Monday 6 December 2021

Revisiting contact tracing with Neo4j 4.4's transaction batching capabilities

Yes! It's been a few months, but Saint Nicholas just brought us a brand new and shiny release of Neo4j 4.4 to play with. One of the key features is a generic transaction batching capability, similar to what we have been using in apoc.periodic.iterate but now built right into the core of the database. It is referred to as the CALL in Transaction capability - and of course it is a really interesting feature.

So in this article I will be revisiting this blogpost, but without the need for APOC's apoc.periodic.iterate feature. Let's see how that goes.

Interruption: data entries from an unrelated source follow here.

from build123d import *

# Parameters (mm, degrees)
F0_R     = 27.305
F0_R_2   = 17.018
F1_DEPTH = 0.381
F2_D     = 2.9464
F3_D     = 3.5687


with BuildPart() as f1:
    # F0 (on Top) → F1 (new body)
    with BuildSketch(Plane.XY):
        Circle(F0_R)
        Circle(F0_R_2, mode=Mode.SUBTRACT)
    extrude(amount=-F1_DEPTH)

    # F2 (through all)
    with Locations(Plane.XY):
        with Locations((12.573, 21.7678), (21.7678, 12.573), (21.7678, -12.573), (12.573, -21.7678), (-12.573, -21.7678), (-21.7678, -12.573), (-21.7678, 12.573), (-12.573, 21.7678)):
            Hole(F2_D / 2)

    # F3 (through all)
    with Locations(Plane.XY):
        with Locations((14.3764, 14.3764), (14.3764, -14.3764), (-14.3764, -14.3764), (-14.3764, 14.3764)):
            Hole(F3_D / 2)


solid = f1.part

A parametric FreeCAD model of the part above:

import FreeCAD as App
import Part
import Sketcher
from FreeCAD import Vector
Q = App.Units.Quantity

doc = App.newDocument("Part")
body = doc.addObject("PartDesign::Body", "Body")

sketch1 = doc.addObject("Sketcher::SketchObject", "Sketch")
body.addObject(sketch1)
sketch1.AttachmentSupport = (doc.XY_Plane, [""])
sketch1.MapMode = "FlatFace"
sketch1.addGeometry([
    Part.Circle(Vector(0, 0, 0), Vector(0, 0, 1), 27),
    Part.Circle(Vector(0, 0, 0), Vector(0, 0, 1), 17),
], False)
sketch1.addConstraint([
    Sketcher.Constraint("Coincident", 0, 3, -1, 1),
    Sketcher.Constraint("Coincident", 1, 3, -1, 1),
    Sketcher.Constraint("Diameter", 0, Q("2.15 in")),
    Sketcher.Constraint("Diameter", 1, Q("1.34 in")),
])
pad1 = doc.addObject("PartDesign::Pad", "Pad")
body.addObject(pad1)
pad1.Profile = sketch1
pad1.Length = Q("0.015 in")
pad1.Reversed = True

sketch2 = doc.addObject("Sketcher::SketchObject", "Sketch001")
body.addObject(sketch2)
sketch2.AttachmentSupport = (doc.XY_Plane, [""])
sketch2.MapMode = "FlatFace"
sketch2.addGeometry([
    Part.Circle(Vector(12.6, 21.8, 0), Vector(0, 0, 1), 1.5),
    Part.Circle(Vector(21.8, 12.6, 0), Vector(0, 0, 1), 1.5),
    Part.Circle(Vector(21.8, -12.6, 0), Vector(0, 0, 1), 1.5),
    Part.Circle(Vector(12.6, -21.8, 0), Vector(0, 0, 1), 1.5),
    Part.Circle(Vector(-12.6, -21.8, 0), Vector(0, 0, 1), 1.5),
    Part.Circle(Vector(-21.8, -12.6, 0), Vector(0, 0, 1), 1.5),
    Part.Circle(Vector(-21.8, 12.6, 0), Vector(0, 0, 1), 1.5),
    Part.Circle(Vector(-12.6, 21.8, 0), Vector(0, 0, 1), 1.5),
], False)
sketch2.addConstraint([
    Sketcher.Constraint("Equal", 0, 1),
    Sketcher.Constraint("Equal", 1, 2),
    Sketcher.Constraint("Equal", 2, 3),
    Sketcher.Constraint("Equal", 3, 4),
    Sketcher.Constraint("Equal", 4, 5),
    Sketcher.Constraint("Equal", 5, 6),
    Sketcher.Constraint("Equal", 6, 7),
    Sketcher.Constraint("Symmetric", 0, 3, 4, 3, -1, 1),
    Sketcher.Constraint("Symmetric", 1, 3, 5, 3, -1, 1),
    Sketcher.Constraint("Symmetric", 2, 3, 6, 3, -1, 1),
    Sketcher.Constraint("Symmetric", 3, 3, 7, 3, -1, 1),
    Sketcher.Constraint("Symmetric", 3, 3, 4, 3, -2),
    Sketcher.Constraint("Symmetric", 2, 3, 5, 3, -2),
    Sketcher.Constraint("Diameter", 0, Q("0.116 in")),
    Sketcher.Constraint("DistanceY", 2, 3, 1, 3, Q("0.99 in")),
    Sketcher.Constraint("DistanceX", 4, 3, 3, 3, Q("0.99 in")),
    Sketcher.Constraint("DistanceY", -1, 1, 0, 3, Q("0.857 in")),
    Sketcher.Constraint("DistanceX", -1, 1, 1, 3, Q("0.857 in")),
])
doc.recompute()
hole = doc.addObject("PartDesign::Hole", "Hole")
body.addObject(hole)
hole.Profile = sketch2
hole.ThreadType = "None"
hole.Diameter = Q("0.116 in")
hole.DepthType = "ThroughAll"

sketch3 = doc.addObject("Sketcher::SketchObject", "Sketch002")
body.addObject(sketch3)
sketch3.AttachmentSupport = (doc.XY_Plane, [""])
sketch3.MapMode = "FlatFace"
sketch3.addGeometry([
    Part.Circle(Vector(14.4, 14.4, 0), Vector(0, 0, 1), 1.8),
    Part.Circle(Vector(14.4, -14.4, 0), Vector(0, 0, 1), 1.8),
    Part.Circle(Vector(-14.4, -14.4, 0), Vector(0, 0, 1), 1.8),
    Part.Circle(Vector(-14.4, 14.4, 0), Vector(0, 0, 1), 1.8),
], False)
sketch3.addConstraint([
    Sketcher.Constraint("Equal", 0, 1),
    Sketcher.Constraint("Equal", 1, 2),
    Sketcher.Constraint("Equal", 2, 3),
    Sketcher.Constraint("Symmetric", 0, 3, 2, 3, -1, 1),
    Sketcher.Constraint("Symmetric", 1, 3, 3, 3, -1, 1),
    Sketcher.Constraint("Symmetric", 1, 3, 2, 3, -2),
    Sketcher.Constraint("Diameter", 0, Q("0.1405 in")),
    Sketcher.Constraint("DistanceX", -1, 1, 0, 3, Q("0.566 in")),
    Sketcher.Constraint("DistanceY", -1, 1, 0, 3, Q("0.566 in")),
])
doc.recompute()
hole2 = doc.addObject("PartDesign::Hole", "Hole001")
body.addObject(hole2)
hole2.Profile = sketch3
hole2.ThreadType = "None"
hole2.Diameter = Q("0.1405 in")
hole2.DepthType = "ThroughAll"

doc.recompute()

Create a synthetic contact tracing graph - size of Antwerp

The first step of course is going to be similar to, if not exactly the same as, the work I did in 2020 on contact tracing. Take a look at (http://blog.bruggen.com/2020/06/what-recommender-systems-and-contact.html) to see how that went. The key thing to recall there is that I was using the fantastic faker plugin. You can download it yourself from the github page. Install is super easy. Just need to make sure the config is updated too - and that you whitelisted fkr.* just like you do with gds.* and apoc.*.

As with the previous post, I will be pushing the scale up to the size of my home city of Antwerp, Belgium. And critically, we would not even use APOC - but use the transaction batching instead.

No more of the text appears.